Let's try to push our local changes to the remote repository using a simple command:

`git push`

We get an error message which makes sense - we made the new 'yourname' branch on our local computer so there is no branch in the remote repository called 'yourname'! Git helpfully suggests we create a branched called 'yourname' using the set-upstream command. Run the following to do so:

`git push --set-upstream origin <yourname>`

You should see a message: 'Branch 'yourname' set up to track remote branch <yourname> from origin'

If you run `git status` at this point, you should see that your branch is up to date with 'origin/yourname' remote branch and your working tree is clean. This is good!

From now on, any new changes on the 'yourname' branch can be added (`git add .`), committed (`git commit -m "message"`) and pushed to GitHub with `git push`, without the need to run the set-upstream command again. 

We can also check on GitHub to see the changes were reflected in the remote location. There should be a message at the top of your forked repository location that indicates changes were pushed recently. Click on the branches drop down menu near the top left of the page and select show all. Select the branch 'yourname' - here you should see a new file called gizmo.py that you created which contains the "hello" function you defined.



## Recap: A basic collaborative workflow

In practice, it is good to be sure that you have an updated version of the repository you are collaborating on, so you should git pull before making our changes.
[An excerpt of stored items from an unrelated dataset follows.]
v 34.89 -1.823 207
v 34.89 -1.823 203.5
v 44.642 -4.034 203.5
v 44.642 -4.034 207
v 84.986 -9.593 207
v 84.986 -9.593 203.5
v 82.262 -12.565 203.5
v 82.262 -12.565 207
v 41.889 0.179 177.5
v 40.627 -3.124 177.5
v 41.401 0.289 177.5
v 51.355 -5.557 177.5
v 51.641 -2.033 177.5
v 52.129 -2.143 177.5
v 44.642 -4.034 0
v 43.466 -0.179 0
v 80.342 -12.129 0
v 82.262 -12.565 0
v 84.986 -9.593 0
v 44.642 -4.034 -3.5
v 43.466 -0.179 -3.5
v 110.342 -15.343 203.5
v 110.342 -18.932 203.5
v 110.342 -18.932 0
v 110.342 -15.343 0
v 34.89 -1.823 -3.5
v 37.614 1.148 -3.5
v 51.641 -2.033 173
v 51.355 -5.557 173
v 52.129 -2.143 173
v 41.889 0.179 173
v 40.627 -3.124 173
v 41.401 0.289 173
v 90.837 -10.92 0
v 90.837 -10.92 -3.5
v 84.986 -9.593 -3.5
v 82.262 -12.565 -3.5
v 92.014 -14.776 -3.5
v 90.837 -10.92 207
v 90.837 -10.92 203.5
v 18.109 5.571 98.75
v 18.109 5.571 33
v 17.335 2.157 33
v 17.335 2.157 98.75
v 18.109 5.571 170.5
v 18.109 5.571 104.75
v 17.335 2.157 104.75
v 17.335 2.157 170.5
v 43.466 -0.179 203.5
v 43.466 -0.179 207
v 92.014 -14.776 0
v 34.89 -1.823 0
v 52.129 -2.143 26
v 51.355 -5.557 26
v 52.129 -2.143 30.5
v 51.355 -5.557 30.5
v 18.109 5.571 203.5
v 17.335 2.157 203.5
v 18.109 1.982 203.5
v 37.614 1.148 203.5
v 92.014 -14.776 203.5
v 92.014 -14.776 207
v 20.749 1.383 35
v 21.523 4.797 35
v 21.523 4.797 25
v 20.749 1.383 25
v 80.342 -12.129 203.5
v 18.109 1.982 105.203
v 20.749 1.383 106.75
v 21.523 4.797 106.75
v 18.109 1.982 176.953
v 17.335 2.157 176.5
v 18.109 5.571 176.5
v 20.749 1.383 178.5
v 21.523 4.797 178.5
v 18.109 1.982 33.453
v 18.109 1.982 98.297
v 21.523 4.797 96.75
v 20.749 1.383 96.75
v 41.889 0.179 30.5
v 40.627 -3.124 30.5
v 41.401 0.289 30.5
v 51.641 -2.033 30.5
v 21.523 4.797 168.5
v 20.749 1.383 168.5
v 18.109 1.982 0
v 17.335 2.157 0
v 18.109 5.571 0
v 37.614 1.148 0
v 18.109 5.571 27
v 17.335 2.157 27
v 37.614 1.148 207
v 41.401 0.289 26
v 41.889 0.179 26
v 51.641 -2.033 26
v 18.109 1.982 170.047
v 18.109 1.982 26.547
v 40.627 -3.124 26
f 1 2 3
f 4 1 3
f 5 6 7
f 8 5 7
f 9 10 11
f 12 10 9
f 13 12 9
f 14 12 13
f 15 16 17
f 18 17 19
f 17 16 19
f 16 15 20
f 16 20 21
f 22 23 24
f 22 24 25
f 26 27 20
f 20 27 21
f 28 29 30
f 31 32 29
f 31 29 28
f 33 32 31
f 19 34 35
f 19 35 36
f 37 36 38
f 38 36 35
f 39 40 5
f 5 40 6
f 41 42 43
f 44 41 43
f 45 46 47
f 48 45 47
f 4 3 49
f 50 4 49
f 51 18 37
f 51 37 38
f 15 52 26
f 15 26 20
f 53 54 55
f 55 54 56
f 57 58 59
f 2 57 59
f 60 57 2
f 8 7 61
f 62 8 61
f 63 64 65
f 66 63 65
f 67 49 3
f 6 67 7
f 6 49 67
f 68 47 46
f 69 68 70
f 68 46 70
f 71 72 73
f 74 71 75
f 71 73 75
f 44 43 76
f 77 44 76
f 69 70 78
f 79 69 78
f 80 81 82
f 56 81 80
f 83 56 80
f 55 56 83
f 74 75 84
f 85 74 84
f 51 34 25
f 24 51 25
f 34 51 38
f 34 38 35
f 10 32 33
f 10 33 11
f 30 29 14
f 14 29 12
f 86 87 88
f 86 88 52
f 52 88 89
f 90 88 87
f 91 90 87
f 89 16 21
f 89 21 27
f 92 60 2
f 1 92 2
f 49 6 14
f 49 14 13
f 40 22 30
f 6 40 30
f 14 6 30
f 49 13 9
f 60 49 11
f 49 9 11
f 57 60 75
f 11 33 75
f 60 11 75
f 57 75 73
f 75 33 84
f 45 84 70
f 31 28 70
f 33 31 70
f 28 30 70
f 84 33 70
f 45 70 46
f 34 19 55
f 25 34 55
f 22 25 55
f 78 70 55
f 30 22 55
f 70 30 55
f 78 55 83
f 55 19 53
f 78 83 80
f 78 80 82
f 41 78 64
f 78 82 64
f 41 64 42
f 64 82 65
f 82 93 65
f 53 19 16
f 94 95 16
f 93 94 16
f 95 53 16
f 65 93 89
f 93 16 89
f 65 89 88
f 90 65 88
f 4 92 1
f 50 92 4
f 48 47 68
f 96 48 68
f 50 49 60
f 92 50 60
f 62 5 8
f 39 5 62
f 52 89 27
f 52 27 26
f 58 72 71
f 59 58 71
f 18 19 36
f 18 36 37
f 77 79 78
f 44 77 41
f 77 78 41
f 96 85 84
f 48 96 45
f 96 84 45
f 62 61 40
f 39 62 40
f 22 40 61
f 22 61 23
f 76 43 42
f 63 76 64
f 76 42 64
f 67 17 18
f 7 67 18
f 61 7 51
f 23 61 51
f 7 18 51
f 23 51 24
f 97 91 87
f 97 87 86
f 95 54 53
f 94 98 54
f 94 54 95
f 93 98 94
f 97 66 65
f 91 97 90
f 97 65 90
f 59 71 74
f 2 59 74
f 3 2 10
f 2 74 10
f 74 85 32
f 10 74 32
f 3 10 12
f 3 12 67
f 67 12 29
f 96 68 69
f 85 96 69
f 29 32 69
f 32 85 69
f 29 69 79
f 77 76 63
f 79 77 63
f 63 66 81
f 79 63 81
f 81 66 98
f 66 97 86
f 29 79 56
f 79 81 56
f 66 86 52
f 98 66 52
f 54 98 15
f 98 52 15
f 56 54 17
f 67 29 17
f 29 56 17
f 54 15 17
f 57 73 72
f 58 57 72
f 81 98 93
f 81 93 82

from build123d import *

# Parameters (mm, degrees)
F1_DEPTH  = 203.5
F3_DEPTH  = 3.5
F4_DEPTH  = 210.5
F6_DEPTH  = 25
F7_W      = 10
F7_H      = 4.5
F8_DEPTH  = 25
F9_DEPTH  = 0.5
F10_DEPTH = 0.5


with BuildPart() as f1:
    # F0 (on Top) → F1 (new body)
    with BuildSketch(Plane.XY):
        Polygon((18.1093649228, 1.9817664346), (80.342321908, -12.1293889498), (110.342321908, -18.9318081509), (110.342321908, -15.3429607484), (18.1093649228, 5.5706138371), (17.3353965158, 2.1572616864), align=None)
    extrude(amount=F1_DEPTH)

    # F2 (on face) → F3 (join)
    with BuildSketch(Plane.XY.offset(203.5)):
        Polygon((43.4656951855, -0.1788657578), (37.6142343556, 1.1479372257), (34.8897790053, -1.8231472639), (44.6422137217, -4.0344855696), align=None)
        Polygon((90.8374524752, -10.9202841369), (84.9859916454, -9.5934811535), (82.2615362951, -12.5645656431), (92.0139710115, -14.7759039488), align=None)
    extrude(amount=F3_DEPTH)

    # F4 (add): faces of the model
    f4_faces = [f1.faces().sort_by_distance(p)[0] for p in [
        (40.1207318834, -1.3643633477, 207),
        (87.4924891732, -12.1057817269, 207),
    ]]
    extrude(f4_faces, amount=-F4_DEPTH)

    # F5 (on face) → F6 (cut)
    with BuildSketch(Plane(origin=(2.0869058597, 9.2036632764, 0), x_dir=(-0.9752434716, 0.2211338306, 0), z_dir=(0.2211338306, 0.9752434716, 0))):
        Polygon((-16.4291887401, 170.5), (-16.4291887401, 176.5), (-19.9291887401, 178.5), (-19.9291887401, 168.5), align=None)
        Polygon((-16.4291887401, 101.75), (-16.4291887401, 104.75), (-19.9291887401, 106.75), (-19.9291887401, 101.75), (-19.9291887401, 96.75), (-16.4291887401, 98.75), align=None)
        Polygon((-16.4291887401, 27), (-16.4291887401, 33), (-19.9291887401, 35), (-19.9291887401, 25), align=None)
    extrude(amount=-F6_DEPTH, mode=Mode.SUBTRACT)

    # F7 (on face) → F8 (cut)
    with BuildSketch(Plane(origin=(1.3129374527, 5.7903111257, 0), x_dir=(0.9752434716, -0.2211338306, 0), z_dir=(-0.2211338306, -0.9752434716, 0))):
        with Locations((45.8121887401, 175.25)):
            Rectangle(F7_W, F7_H)
        with Locations((45.8121887401, 28.25)):
            Rectangle(F7_W, F7_H)
    extrude(amount=-F8_DEPTH, mode=Mode.SUBTRACT)

    # F9 (cut): faces of the model
    f9_faces = [f1.faces().sort_by_distance(p)[0] for p in [
        (41.5017422883, -1.5279684291, 175.25),
        (41.5017422883, -1.5279684291, 28.25),
    ]]
    extrude(f9_faces, amount=-F9_DEPTH, mode=Mode.SUBTRACT)

    # F10 (cut): faces of the model
    f10_faces = [f1.faces().sort_by_distance(p)[0] for p in [
        (51.2541770047, -3.7393067348, 175.25),
        (51.2541770047, -3.7393067348, 28.25),
    ]]
    extrude(f10_faces, amount=-F10_DEPTH, mode=Mode.SUBTRACT)


solid = f1.part
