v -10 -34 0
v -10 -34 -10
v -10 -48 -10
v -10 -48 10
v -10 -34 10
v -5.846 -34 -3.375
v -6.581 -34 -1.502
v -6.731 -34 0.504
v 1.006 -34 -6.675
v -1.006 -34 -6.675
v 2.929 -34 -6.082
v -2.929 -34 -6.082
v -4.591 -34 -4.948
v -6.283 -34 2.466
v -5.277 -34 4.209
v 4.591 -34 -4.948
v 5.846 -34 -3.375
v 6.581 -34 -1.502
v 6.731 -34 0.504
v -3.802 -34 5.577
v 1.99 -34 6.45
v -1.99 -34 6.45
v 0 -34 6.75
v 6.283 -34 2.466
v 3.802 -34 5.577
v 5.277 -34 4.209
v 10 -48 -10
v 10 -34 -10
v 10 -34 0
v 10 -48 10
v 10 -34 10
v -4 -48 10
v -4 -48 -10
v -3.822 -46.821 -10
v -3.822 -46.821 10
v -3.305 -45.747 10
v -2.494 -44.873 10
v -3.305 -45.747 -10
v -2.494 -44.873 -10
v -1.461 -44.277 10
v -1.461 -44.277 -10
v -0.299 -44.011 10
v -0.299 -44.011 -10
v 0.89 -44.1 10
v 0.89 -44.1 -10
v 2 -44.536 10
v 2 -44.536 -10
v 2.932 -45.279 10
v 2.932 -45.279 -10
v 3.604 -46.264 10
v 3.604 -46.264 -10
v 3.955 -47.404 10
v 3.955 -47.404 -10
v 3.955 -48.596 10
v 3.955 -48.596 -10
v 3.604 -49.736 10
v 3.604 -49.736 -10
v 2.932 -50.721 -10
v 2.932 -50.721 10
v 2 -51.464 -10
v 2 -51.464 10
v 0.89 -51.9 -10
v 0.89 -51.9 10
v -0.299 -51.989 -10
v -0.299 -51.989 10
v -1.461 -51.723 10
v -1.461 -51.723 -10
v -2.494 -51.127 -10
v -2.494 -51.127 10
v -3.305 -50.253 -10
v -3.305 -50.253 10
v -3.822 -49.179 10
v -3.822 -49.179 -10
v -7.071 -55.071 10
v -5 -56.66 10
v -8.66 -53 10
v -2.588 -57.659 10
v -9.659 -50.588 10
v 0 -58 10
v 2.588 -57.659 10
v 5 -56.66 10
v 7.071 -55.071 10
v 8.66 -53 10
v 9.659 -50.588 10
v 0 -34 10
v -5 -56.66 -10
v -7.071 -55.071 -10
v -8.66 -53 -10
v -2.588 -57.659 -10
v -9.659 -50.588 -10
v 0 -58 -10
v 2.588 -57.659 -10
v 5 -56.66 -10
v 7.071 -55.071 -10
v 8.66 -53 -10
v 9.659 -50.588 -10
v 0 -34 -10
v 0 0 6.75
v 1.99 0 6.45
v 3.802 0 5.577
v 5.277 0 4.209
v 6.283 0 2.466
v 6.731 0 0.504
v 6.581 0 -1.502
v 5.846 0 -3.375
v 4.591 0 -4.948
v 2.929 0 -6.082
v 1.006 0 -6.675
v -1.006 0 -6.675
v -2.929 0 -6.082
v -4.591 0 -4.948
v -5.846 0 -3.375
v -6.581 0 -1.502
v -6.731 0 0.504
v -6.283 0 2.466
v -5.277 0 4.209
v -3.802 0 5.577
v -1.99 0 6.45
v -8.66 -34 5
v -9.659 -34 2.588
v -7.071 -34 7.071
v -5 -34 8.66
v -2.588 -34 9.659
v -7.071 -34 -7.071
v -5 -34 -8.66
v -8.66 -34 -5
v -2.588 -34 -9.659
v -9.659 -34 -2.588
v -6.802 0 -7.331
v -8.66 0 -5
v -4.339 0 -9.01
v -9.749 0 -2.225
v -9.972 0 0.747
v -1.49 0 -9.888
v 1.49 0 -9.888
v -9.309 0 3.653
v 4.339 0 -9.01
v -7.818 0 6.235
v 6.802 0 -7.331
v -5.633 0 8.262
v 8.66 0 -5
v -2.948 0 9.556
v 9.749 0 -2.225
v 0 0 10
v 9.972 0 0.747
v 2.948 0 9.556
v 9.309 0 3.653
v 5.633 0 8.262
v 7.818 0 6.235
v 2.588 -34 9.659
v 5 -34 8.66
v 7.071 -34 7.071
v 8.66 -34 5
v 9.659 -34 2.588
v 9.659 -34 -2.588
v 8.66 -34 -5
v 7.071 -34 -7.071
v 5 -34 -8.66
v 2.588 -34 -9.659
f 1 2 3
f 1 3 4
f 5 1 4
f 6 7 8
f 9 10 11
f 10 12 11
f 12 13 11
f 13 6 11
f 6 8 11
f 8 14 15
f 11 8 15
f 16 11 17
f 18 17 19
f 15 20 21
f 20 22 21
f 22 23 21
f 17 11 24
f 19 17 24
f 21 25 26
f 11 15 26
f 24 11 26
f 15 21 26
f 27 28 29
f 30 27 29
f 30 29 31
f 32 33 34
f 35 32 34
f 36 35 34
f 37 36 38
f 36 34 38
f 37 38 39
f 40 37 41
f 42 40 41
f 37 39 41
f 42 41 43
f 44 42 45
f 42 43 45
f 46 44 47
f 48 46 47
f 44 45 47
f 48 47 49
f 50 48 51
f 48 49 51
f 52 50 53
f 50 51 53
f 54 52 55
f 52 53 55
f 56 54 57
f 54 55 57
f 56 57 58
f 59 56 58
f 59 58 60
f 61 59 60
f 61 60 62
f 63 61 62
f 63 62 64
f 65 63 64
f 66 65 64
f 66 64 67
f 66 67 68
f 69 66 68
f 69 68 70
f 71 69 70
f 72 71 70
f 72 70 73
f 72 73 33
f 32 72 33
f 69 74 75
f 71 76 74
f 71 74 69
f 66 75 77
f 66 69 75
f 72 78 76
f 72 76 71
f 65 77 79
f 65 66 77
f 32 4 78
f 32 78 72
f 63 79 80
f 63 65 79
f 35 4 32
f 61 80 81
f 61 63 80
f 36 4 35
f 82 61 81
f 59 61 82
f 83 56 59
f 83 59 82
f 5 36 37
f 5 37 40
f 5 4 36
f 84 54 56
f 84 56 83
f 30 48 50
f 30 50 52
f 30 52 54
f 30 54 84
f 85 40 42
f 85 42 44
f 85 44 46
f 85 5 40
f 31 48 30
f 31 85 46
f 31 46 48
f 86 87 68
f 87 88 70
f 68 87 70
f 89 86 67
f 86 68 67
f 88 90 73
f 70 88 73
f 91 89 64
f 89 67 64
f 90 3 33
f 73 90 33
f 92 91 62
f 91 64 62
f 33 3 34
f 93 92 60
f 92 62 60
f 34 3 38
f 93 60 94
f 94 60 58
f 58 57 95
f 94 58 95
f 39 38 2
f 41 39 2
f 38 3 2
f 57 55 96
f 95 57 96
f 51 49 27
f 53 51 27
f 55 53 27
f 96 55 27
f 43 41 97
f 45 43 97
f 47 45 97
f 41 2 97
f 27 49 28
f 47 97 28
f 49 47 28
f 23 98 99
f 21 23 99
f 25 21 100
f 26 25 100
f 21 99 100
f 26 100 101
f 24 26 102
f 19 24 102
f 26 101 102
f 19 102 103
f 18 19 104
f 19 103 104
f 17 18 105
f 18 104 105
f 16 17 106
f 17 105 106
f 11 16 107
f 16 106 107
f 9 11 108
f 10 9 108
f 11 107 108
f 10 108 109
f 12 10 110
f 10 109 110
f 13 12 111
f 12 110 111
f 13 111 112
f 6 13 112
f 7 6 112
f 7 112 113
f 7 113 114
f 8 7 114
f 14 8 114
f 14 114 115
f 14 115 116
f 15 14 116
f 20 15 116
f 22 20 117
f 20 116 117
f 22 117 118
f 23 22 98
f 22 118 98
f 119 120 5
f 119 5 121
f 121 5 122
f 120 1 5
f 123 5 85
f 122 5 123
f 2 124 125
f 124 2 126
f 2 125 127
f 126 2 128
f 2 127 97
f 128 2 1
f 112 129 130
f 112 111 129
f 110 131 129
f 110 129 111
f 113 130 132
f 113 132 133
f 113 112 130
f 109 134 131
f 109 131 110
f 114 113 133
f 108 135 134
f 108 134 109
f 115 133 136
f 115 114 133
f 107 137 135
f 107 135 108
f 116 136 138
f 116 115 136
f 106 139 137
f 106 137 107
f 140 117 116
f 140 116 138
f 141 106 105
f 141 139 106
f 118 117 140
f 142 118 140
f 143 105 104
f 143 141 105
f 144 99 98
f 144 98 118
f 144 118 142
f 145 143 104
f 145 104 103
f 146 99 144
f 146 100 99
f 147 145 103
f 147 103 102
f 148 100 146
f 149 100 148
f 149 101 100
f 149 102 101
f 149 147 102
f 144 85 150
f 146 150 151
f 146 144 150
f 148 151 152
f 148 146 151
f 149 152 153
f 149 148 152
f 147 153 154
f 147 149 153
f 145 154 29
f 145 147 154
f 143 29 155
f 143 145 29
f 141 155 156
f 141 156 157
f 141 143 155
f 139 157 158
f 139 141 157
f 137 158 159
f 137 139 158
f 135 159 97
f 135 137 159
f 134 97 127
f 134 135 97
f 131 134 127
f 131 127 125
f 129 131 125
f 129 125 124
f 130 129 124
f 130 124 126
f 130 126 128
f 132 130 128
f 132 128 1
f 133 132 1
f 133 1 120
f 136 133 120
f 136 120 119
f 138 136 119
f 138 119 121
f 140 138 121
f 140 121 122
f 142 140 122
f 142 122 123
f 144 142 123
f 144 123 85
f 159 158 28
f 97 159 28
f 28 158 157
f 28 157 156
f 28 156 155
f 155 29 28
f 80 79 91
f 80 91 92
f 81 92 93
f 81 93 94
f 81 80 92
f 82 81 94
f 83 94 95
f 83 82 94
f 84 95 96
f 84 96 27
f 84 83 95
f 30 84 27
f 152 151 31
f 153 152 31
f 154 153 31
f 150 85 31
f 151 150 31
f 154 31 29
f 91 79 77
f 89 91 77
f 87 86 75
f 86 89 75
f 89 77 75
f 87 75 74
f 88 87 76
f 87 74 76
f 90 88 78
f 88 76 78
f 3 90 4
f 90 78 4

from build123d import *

# Parameters (mm, degrees)
SKETCH2_R           = 10
SKETCH2_R_2         = 6.75
BOSS_EXTRUDE1_DEPTH = 34
SKETCH3_W           = 20
SKETCH3_H           = 20
BOSS_EXTRUDE2_DEPTH = 24
CUT_EXTRUDE1_DEPTH  = 24
SKETCH5_R           = 4
CUT_EXTRUDE2_DEPTH  = 63.161081072


with BuildPart() as part:
    # Sketch2 → Boss-Extrude1 (new body)
    with BuildSketch(Plane(origin=(0, 0, 0), x_dir=(1, 0, 0), z_dir=(0, 1, 0))):
        with Locations(Location((0, 0, 0), (0, 0, 270))):
            Circle(SKETCH2_R)
        with Locations(Location((0, 0, 0), (0, 0, 270))):
            Circle(SKETCH2_R_2, mode=Mode.SUBTRACT)
    extrude(amount=-BOSS_EXTRUDE1_DEPTH)

    # Sketch3 → Boss-Extrude2 (add)
    with BuildSketch(Plane.XZ.offset(34)):
        Rectangle(SKETCH3_W, SKETCH3_H)
    extrude(amount=BOSS_EXTRUDE2_DEPTH)

    # Sketch4 → Cut-Extrude1 (cut, symmetric)
    with BuildSketch(Plane.XY):
        with BuildLine():
            Line((-10, -58), (0, -58))
            ThreePointArc((0, -58), (-7.071067812, -55.071067812), (-10, -48))
            Line((-10, -48), (-10, -58))
        make_face()
    cut_extrude1 = extrude(amount=CUT_EXTRUDE1_DEPTH, both=True, mode=Mode.SUBTRACT)

    # Mirror1: Cut-Extrude1 across plane
    add(cut_extrude1.mirror(Plane(origin=(0, 0, 0), x_dir=(0, 0, 1), z_dir=(1, 0, 0))), mode=Mode.SUBTRACT)

    # Sketch5 → Cut-Extrude2 (cut, through all)
    with BuildSketch(Plane(origin=(0, 0, -10), x_dir=(-1, 0, 0), z_dir=(0, 0, -1))):
        with Locations((0, -48)):
            Circle(SKETCH5_R)
    extrude(amount=-CUT_EXTRUDE2_DEPTH, mode=Mode.SUBTRACT)


solid = part.part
The basic collaborative workflow would be:

1. update your local repo with `git pull`
2. make your changes and stage them with `git add`
3. commit your changes with `git commit -m`, and
4. upload the changes to GitHub with `git push`

It is better to make many commits with smaller changes rather than of one commit with massive changes: small commits are easier to read and review.

## Test your answers to Python challenges in the Gizmo repository!

Now that you're familiar with version control using git AND the basics of working with Python, it's time to try your hand at the remaining challenges in the Python challenges Gizmo repository! You can work completely on your local computer, add and commit the changes you make periodically (whenever you decide, don't forget the accompanying commit message) and test your answers to each challenge using the test_gizmo.py script. 

For now, let's test the function we wrote to solve exercise 2 by running the test_gizmo.py script. This script tests whether the code you wrote for each challenge accomplished the task - it automatically runs on all fourteen challenges so expect to see a lot of "failures" if you've only done two at this point - good motivation! :) 

In your terminal, make sure you are in the main folder of the gizmo repository and run: 
`python -m pytest .tests/test_gizmo.py` 

In response, you should see a list of tests two to fourteen and a pass/fail marker for each one. At the top there is a list of fourteen characters, if you pass a test it will show a green dot, if you fail it there should be a red F.   

Try the rest of the exercises on your own! Good luck!